On 2014-17-03 10:07, Erik Dalén wrote:
On 14 March 2014 17:00, Henrik Lindberg <henrik.lindb...@cloudsmith.com
<mailto:henrik.lindb...@cloudsmith.com>> wrote:
On 2014-14-03 11:48, Erik Dalén wrote:
Not terribly important, but are there any thoughts on making it
so you
can order variables any way you like in the manifest? They are
immutable
anyway, so these two examples should be equivalent:
$a=1
$b=$a+2
or
$b=$a+2
$a=1
You can put resources in any order you like, so it would make
some sense
to be able to do the same with variables. I guess it could pose some
difficulties with functions reading the scope though, but after
moving
to epp templates there shouldn't be many of those kinds of
functions.
Yes, there has been thoughts about this.

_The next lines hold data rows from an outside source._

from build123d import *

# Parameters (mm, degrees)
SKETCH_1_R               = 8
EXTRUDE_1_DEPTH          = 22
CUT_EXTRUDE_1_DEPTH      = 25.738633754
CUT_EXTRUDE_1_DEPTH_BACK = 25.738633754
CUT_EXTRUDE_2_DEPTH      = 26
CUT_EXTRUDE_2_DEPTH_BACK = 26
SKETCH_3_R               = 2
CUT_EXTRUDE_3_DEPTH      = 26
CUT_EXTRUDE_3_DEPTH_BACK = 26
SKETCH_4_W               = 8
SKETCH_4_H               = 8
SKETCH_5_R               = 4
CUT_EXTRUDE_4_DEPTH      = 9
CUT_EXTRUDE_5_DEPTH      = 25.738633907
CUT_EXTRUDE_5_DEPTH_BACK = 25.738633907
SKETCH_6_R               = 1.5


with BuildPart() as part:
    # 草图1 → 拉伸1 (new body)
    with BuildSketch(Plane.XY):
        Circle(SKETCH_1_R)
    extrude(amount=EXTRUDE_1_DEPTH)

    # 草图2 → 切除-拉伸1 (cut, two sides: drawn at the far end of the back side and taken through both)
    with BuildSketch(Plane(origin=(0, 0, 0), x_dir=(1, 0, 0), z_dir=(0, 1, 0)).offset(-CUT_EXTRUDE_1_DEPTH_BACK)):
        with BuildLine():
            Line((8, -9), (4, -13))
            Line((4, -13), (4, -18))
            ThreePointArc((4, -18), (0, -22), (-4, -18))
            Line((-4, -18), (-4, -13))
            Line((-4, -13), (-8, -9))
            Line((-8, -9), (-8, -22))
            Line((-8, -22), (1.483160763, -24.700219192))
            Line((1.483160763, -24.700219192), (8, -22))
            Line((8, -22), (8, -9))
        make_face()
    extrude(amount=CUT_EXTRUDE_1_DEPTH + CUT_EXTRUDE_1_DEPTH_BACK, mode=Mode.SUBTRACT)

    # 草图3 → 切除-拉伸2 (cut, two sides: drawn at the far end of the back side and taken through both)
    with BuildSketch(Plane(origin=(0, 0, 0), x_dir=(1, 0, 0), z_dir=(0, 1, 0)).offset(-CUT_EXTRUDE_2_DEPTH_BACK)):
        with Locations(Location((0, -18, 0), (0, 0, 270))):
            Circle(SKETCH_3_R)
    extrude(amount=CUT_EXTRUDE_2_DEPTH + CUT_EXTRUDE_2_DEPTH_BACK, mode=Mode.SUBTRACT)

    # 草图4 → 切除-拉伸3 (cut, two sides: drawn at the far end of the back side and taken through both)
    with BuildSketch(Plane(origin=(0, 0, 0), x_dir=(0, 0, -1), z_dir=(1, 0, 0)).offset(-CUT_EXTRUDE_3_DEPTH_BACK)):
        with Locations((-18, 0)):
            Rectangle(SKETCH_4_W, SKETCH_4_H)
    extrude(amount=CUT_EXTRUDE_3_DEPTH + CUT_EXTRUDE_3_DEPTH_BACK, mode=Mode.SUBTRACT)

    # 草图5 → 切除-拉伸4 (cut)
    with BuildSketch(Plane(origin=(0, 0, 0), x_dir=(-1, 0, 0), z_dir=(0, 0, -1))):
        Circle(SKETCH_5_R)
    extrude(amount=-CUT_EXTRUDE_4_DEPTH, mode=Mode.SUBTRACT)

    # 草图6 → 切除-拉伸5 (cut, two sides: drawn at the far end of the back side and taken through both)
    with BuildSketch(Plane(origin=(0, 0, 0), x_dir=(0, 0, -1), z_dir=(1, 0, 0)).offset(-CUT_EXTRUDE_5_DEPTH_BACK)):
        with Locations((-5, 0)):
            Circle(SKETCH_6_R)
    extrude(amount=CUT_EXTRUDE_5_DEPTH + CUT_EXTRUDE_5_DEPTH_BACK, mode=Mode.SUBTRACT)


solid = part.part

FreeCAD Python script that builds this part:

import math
import FreeCAD as App
import Part
import Sketcher


def add_polygon(sketch, points):
    """Adds a closed chain of lines whose ends are joined by coincident constraints."""
    first, n = sketch.GeometryCount, len(points)
    for a, b in zip(points, points[1:] + points[:1]):
        sketch.addGeometry(Part.LineSegment(App.Vector(*a, 0), App.Vector(*b, 0)), False)
    for i in range(n):
        sketch.addConstraint(Sketcher.Constraint("Coincident", first + i, 2, first + (i + 1) % n, 1))

doc = App.newDocument("Part")
body = doc.addObject("PartDesign::Body", "Body")

sketch1 = body.newObject("Sketcher::SketchObject", "Sketch")
sketch1.AttachmentSupport = (doc.getObject("XY_Plane"), [""])
sketch1.MapMode = "FlatFace"
sketch1.addGeometry(Part.Circle(App.Vector(0, 0, 0), App.Vector(0, 0, 1), 8), False)
sketch1.addConstraint([
    Sketcher.Constraint("Coincident", 0, 3, -1, 1),
    Sketcher.Constraint("Diameter", 0, 16.0),
])
pad1 = body.newObject("PartDesign::Pad", "Pad")
pad1.Profile = sketch1
pad1.Length = 22

sketch2 = body.newObject("Sketcher::SketchObject", "Sketch001")
sketch2.AttachmentSupport = (doc.getObject("XZ_Plane"), [""])
sketch2.MapMode = "FlatFace"
sketch2.addGeometry([
    Part.LineSegment(App.Vector(8, 9, 0), App.Vector(4, 13, 0)),
    Part.LineSegment(App.Vector(4, 13, 0), App.Vector(4, 18, 0)),
    Part.ArcOfCircle(Part.Circle(App.Vector(0, 18, 0), App.Vector(0, 0, 1), 4), math.radians(0), math.radians(180)),
    Part.LineSegment(App.Vector(-4, 18, 0), App.Vector(-4, 13, 0)),
    Part.LineSegment(App.Vector(-4, 13, 0), App.Vector(-8, 9, 0)),
    Part.LineSegment(App.Vector(-8, 9, 0), App.Vector(-8, 22, 0)),
    Part.LineSegment(App.Vector(-8, 22, 0), App.Vector(1.5, 24.7, 0)),
    Part.LineSegment(App.Vector(1.5, 24.7, 0), App.Vector(8, 22, 0)),
    Part.LineSegment(App.Vector(8, 22, 0), App.Vector(8, 9, 0)),
], False)
sketch2.addConstraint([
    Sketcher.Constraint("Coincident", 0, 2, 1, 1),
    Sketcher.Constraint("Tangent", 1, 2, 2, 1),
    Sketcher.Constraint("Tangent", 2, 2, 3, 1),
    Sketcher.Constraint("Coincident", 3, 2, 4, 1),
    Sketcher.Constraint("Coincident", 4, 2, 5, 1),
    Sketcher.Constraint("Coincident", 5, 2, 6, 1),
    Sketcher.Constraint("Coincident", 6, 2, 7, 1),
    Sketcher.Constraint("Coincident", 7, 2, 8, 1),
    Sketcher.Constraint("Coincident", 8, 2, 0, 1),
    Sketcher.Constraint("Vertical", 1),
    Sketcher.Constraint("Vertical", 3),
    Sketcher.Constraint("Vertical", 5),
    Sketcher.Constraint("Vertical", 8),
    Sketcher.Constraint("Symmetric", 0, 2, 3, 2, -2),
    Sketcher.Constraint("Symmetric", 5, 2, 7, 2, -2),
    Sketcher.Constraint("Perpendicular", 0, 4),
    Sketcher.Constraint("Horizontal", 4, 2, 8, 2),
    Sketcher.Constraint("Radius", 2, 4.0),
    Sketcher.Constraint("DistanceY", 1, 1, 1, 2, 5.0),
    Sketcher.Constraint("DistanceY", 5, 1, 5, 2, 13.0),
    Sketcher.Constraint("DistanceY", -1, 1, 2, 3, 18.0),
    Sketcher.Constraint("DistanceX", 4, 2, -1, 1, 8.0),
    Sketcher.Constraint("DistanceX", -1, 1, 6, 2, 1.483161),
    Sketcher.Constraint("DistanceY", -1, 1, 6, 2, 24.700219),
])
pocket1 = body.newObject("PartDesign::Pocket", "Pocket")
pocket1.Profile = sketch2
pocket1.Type = "ThroughAll"
pocket1.Midplane = True

sketch3 = body.newObject("Sketcher::SketchObject", "Sketch002")
sketch3.AttachmentSupport = (doc.getObject("XZ_Plane"), [""])
sketch3.MapMode = "FlatFace"
sketch3.addGeometry(Part.Circle(App.Vector(0, 18, 0), App.Vector(0, 0, 1), 2), False)
sketch3.addConstraint([
    Sketcher.Constraint("PointOnObject", 0, 3, -2),
    Sketcher.Constraint("Diameter", 0, 4.0),
    Sketcher.Constraint("DistanceY", -1, 1, 0, 3, 18.0),
])
pocket2 = body.newObject("PartDesign::Pocket", "Pocket001")
pocket2.Profile = sketch3
pocket2.Type = "ThroughAll"
pocket2.Midplane = True

sketch4 = body.newObject("Sketcher::SketchObject", "Sketch003")
sketch4.AttachmentSupport = (doc.getObject("YZ_Plane"), [""])
sketch4.MapMode = "FlatFace"
add_polygon(sketch4, [(4, 22), (-4, 22), (-4, 14), (4, 14)])
sketch4.addConstraint([
    Sketcher.Constraint("Horizontal", 0),
    Sketcher.Constraint("Vertical", 1),
    Sketcher.Constraint("Horizontal", 2),
    Sketcher.Constraint("Vertical", 3),
    Sketcher.Constraint("Equal", 2, 1),
    Sketcher.Constraint("DistanceX", 0, 2, 0, 1, 8.0),
    Sketcher.Constraint("DistanceX", 0, 2, -1, 1, 4.0),
    Sketcher.Constraint("DistanceY", -1, 1, 0, 2, 22.0),
])
pocket3 = body.newObject("PartDesign::Pocket", "Pocket002")
pocket3.Profile = sketch4
pocket3.Type = "ThroughAll"
pocket3.Midplane = True

sketch5 = body.newObject("Sketcher::SketchObject", "Sketch004")
sketch5.AttachmentSupport = (doc.getObject("XY_Plane"), [""])
sketch5.MapMode = "FlatFace"
sketch5.addGeometry(Part.Circle(App.Vector(0, 0, 0), App.Vector(0, 0, 1), 4), False)
sketch5.addConstraint([
    Sketcher.Constraint("Coincident", 0, 3, -1, 1),
    Sketcher.Constraint("Diameter", 0, 8.0),
])
pocket4 = body.newObject("PartDesign::Pocket", "Pocket003")
pocket4.Profile = sketch5
pocket4.Length = 9
pocket4.Reversed = True

sketch6 = body.newObject("Sketcher::SketchObject", "Sketch005")
sketch6.AttachmentSupport = (doc.getObject("YZ_Plane"), [""])
sketch6.MapMode = "FlatFace"
sketch6.addGeometry(Part.Circle(App.Vector(0, 5, 0), App.Vector(0, 0, 1), 1.5), False)
sketch6.addConstraint([
    Sketcher.Constraint("PointOnObject", 0, 3, -2),
    Sketcher.Constraint("Diameter", 0, 3.0),
    Sketcher.Constraint("DistanceY", -1, 1, 0, 3, 5.0),
])
pocket5 = body.newObject("PartDesign::Pocket", "Pocket004")
pocket5.Profile = sketch6
pocket5.Type = "ThroughAll"
pocket5.Midplane = True

doc.recompute()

It is kind of difficult
though...
$a = [1,2,3]
$b = $a.map |$x| { $c + $x }
$c = $b[1]
and the Journey to Prolog begins... (or to a Spreadsheet like
language...)
While it is true that resources can be placed in any order, it is
important to remember that there are two distinct phases - one that
computes the catalog, and one that applies it. The order among
resources matter if you want to be able to get an attribute set in
one resource while defining another (currently difficult without
Ruby function), but this is available in the future evaluator - e.g.
$mode_of_foo_file = File['foo'][mode]
Currently, we have no guarantees that a function call is side effect
free - it may create new classes, resources and variables.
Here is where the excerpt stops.